Assim como a mais profunda solidão se encontra no meio da multidão,
é no ruído constante que habita o silêncio mais ensurdecedor.
Não é a toa que Isaías (Is 30.15) diz que nossa salvação está “no arrependimento e no descanso” de quem sabe que é um covarde traidor, mas sabe que Jesus entrega seu corpo e sangue para covarde e traidores, e nosso vigor está “na quietude e na confiança” de quem sabe que carece desse silêncio tranquilo, pois só nesse lugar quieto e tranquilo é possível ouvir a voz do Amor, ouvir a si mesmo e ouvir o próximo.
E é só assim, nessa condição, que a ceia de Jesus faz sentido.
Só assim pode haver entre nós alguma semelhança com o Cristo.
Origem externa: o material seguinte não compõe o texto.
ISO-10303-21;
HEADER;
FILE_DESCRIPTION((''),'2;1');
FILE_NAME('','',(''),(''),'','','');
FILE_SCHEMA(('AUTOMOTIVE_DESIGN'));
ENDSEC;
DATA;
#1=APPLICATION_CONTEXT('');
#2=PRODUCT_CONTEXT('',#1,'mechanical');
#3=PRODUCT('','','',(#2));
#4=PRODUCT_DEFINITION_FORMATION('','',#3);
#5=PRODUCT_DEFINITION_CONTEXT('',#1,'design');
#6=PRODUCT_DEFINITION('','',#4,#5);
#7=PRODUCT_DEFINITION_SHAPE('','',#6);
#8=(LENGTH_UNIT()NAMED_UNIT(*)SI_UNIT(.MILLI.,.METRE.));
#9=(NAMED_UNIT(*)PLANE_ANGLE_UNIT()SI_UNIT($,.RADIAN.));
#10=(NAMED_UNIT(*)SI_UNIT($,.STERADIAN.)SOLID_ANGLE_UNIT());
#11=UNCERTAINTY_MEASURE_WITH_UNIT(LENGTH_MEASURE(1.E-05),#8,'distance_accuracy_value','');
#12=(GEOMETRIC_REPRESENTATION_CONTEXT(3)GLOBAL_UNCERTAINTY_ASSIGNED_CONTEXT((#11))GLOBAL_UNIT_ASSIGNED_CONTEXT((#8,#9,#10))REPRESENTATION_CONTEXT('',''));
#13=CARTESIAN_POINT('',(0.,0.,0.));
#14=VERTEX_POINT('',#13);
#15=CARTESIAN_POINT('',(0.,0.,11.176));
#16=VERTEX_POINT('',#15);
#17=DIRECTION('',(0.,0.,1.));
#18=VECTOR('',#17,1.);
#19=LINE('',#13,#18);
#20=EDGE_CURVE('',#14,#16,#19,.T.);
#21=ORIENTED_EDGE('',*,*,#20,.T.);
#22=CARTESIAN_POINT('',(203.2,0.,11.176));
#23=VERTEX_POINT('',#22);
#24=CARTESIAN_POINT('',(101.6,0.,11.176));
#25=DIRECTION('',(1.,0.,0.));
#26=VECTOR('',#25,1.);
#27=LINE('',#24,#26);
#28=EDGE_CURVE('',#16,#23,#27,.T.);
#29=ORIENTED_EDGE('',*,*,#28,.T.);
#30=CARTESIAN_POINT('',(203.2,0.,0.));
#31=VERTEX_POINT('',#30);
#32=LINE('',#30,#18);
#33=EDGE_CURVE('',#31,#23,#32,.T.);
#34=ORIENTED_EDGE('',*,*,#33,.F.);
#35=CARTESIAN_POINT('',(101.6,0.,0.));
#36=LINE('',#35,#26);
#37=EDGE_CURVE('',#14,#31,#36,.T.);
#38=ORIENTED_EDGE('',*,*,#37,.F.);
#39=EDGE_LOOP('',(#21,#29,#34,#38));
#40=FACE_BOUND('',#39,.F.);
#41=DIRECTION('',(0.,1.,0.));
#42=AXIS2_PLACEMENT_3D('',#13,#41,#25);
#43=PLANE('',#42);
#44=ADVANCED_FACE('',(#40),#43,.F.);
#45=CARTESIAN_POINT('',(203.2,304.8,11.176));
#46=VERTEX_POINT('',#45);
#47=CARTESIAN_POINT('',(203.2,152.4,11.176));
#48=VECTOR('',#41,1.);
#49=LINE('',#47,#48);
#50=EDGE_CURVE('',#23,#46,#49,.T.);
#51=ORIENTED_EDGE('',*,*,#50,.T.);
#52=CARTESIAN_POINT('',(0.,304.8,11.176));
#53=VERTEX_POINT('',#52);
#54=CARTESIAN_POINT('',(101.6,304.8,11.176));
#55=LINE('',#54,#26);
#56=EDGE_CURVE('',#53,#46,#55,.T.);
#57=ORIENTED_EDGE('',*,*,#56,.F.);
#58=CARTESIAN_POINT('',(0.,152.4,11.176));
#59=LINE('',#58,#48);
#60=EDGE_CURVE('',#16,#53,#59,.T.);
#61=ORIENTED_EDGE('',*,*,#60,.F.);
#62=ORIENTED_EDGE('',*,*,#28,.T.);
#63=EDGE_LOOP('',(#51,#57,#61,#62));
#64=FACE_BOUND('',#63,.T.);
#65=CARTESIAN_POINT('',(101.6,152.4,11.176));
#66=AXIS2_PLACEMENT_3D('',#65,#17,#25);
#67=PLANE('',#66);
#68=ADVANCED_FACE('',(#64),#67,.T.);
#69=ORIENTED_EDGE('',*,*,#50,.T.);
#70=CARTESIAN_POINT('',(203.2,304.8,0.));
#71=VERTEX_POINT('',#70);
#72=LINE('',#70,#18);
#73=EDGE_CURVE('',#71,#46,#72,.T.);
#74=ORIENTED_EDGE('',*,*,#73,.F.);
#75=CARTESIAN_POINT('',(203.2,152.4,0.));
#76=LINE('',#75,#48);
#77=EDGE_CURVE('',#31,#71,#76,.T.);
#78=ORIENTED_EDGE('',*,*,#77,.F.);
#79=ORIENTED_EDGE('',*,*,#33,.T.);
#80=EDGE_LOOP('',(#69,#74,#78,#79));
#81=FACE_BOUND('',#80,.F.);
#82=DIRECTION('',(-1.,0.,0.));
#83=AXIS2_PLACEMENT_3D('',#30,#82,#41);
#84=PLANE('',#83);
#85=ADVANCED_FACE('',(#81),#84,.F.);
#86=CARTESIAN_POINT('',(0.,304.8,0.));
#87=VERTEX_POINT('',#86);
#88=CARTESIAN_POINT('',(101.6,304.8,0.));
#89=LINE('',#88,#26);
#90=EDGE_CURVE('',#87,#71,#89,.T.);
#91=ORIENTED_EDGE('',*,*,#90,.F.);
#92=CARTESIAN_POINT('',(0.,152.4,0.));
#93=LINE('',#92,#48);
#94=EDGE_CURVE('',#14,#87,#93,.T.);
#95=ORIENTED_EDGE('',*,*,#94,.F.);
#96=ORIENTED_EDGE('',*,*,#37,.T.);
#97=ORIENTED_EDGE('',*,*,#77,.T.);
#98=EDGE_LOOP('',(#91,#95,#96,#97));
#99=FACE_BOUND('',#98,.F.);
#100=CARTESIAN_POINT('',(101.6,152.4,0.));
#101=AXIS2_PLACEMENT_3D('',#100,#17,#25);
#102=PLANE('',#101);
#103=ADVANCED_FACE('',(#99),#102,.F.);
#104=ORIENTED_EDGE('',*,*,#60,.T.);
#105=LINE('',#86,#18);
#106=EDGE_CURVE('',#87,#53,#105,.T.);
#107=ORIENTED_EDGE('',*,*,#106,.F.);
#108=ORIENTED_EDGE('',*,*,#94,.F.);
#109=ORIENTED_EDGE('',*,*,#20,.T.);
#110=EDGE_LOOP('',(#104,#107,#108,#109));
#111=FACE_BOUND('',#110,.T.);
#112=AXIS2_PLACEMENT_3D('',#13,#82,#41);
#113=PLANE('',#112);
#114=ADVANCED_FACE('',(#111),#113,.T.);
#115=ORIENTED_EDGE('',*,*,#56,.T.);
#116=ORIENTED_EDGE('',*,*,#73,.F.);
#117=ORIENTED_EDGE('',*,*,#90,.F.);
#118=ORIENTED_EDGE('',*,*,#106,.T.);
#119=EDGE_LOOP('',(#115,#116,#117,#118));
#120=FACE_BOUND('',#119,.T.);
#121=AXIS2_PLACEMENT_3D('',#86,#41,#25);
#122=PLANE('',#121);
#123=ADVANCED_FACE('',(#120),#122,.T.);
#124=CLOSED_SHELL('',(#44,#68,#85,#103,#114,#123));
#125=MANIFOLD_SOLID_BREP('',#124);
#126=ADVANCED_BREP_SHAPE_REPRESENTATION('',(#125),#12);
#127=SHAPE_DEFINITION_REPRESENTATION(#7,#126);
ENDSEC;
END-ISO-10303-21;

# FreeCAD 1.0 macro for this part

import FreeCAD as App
import Part
import Sketcher
Q = App.Units.Quantity

doc = App.newDocument("Part")
body = doc.addObject("PartDesign::Body", "Body")

sketch1 = body.newObject("Sketcher::SketchObject", "Sketch")
sketch1.AttachmentSupport = (doc.getObject("XY_Plane"), [""])
sketch1.MapMode = "FlatFace"
sketch1.addGeometry([
    Part.LineSegment(App.Vector(0, 304.8, 0), App.Vector(0, 0, 0)),
    Part.LineSegment(App.Vector(0, 0, 0), App.Vector(203.2, 0, 0)),
    Part.LineSegment(App.Vector(203.2, 0, 0), App.Vector(203.2, 304.8, 0)),
    Part.LineSegment(App.Vector(203.2, 304.8, 0), App.Vector(0, 304.8, 0)),
], False)
sketch1.addConstraint([
    Sketcher.Constraint("Coincident", 0, 2, 1, 1),
    Sketcher.Constraint("Coincident", 1, 2, 2, 1),
    Sketcher.Constraint("Coincident", 2, 2, 3, 1),
    Sketcher.Constraint("Coincident", 3, 2, 0, 1),
    Sketcher.Constraint("Vertical", 0),
    Sketcher.Constraint("Horizontal", 1),
    Sketcher.Constraint("Vertical", 2),
    Sketcher.Constraint("Horizontal", 3),
    Sketcher.Constraint("Coincident", 0, 2, -1, 1),
    Sketcher.Constraint("DistanceX", 1, 1, 1, 2, Q("8 in")),
    Sketcher.Constraint("DistanceY", 0, 2, 0, 1, Q("12 in")),
])
pad1 = body.newObject("PartDesign::Pad", "Pad")
pad1.Profile = sketch1
pad1.Length = Q("0.44 in")

doc.recompute()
E se você é dos que, como eu,
ao ouvir o convite do Mestre se alguém quiser… - diz, entre lágrimas, “eu quero”, meu amigo, saiba,
essa jornada é para que Ele seja formado em nós.
Não para sermos melhores que os outros, julgando e condenando o próximo, não para sermos melhores que ninguém a não ser nós mesmos, cada dia um pouco mais parecidos com Ele, aos trancos e barrancos.
Os cristãos não deveriam ser conhecidos como os guerreiros da moral e dos bons costumes nem como os incansáveis guardiões da família tradicional, mas sim como a Comunidade do Amor,
dos relacionamentos desinteressados,
da aceitação,
da tolerância,
do cuidado mútuo.
É pela liberdade,
pela mutualidade,
pela interdependência amorosa,
pelo serviço abnegado que devemos ser lembrados.
Foi essa a mais transcendente marca que Jesus deixou.
Foi assim que igreja de Atos se tornou conhecida.
E é nesse, e só nesse contexto que a ceia surge como símbolo,
lembrança, reforço e recompromisso de quem quer colocar o corpo e o sangue de Cristo para dentro de si.
Não para fazer parte de um clube de santos, mas para seguir os passos d 'Ele até a cruz. 
Se você ouviu o sussurro do Mestre, largou suas coisas e foi atrás das pessoas, abra uma garrafa de vinho, convide uns amigos e reparta com eles sua vida.
Depois abra os braços sem problemas, 
as portas sem se preocupar,
a mente sabendo que tudo ficará bem,
a alma,
abandone os medos,
os julgamentos e os preconceitos e contagie o mundo com o amor de Jesus.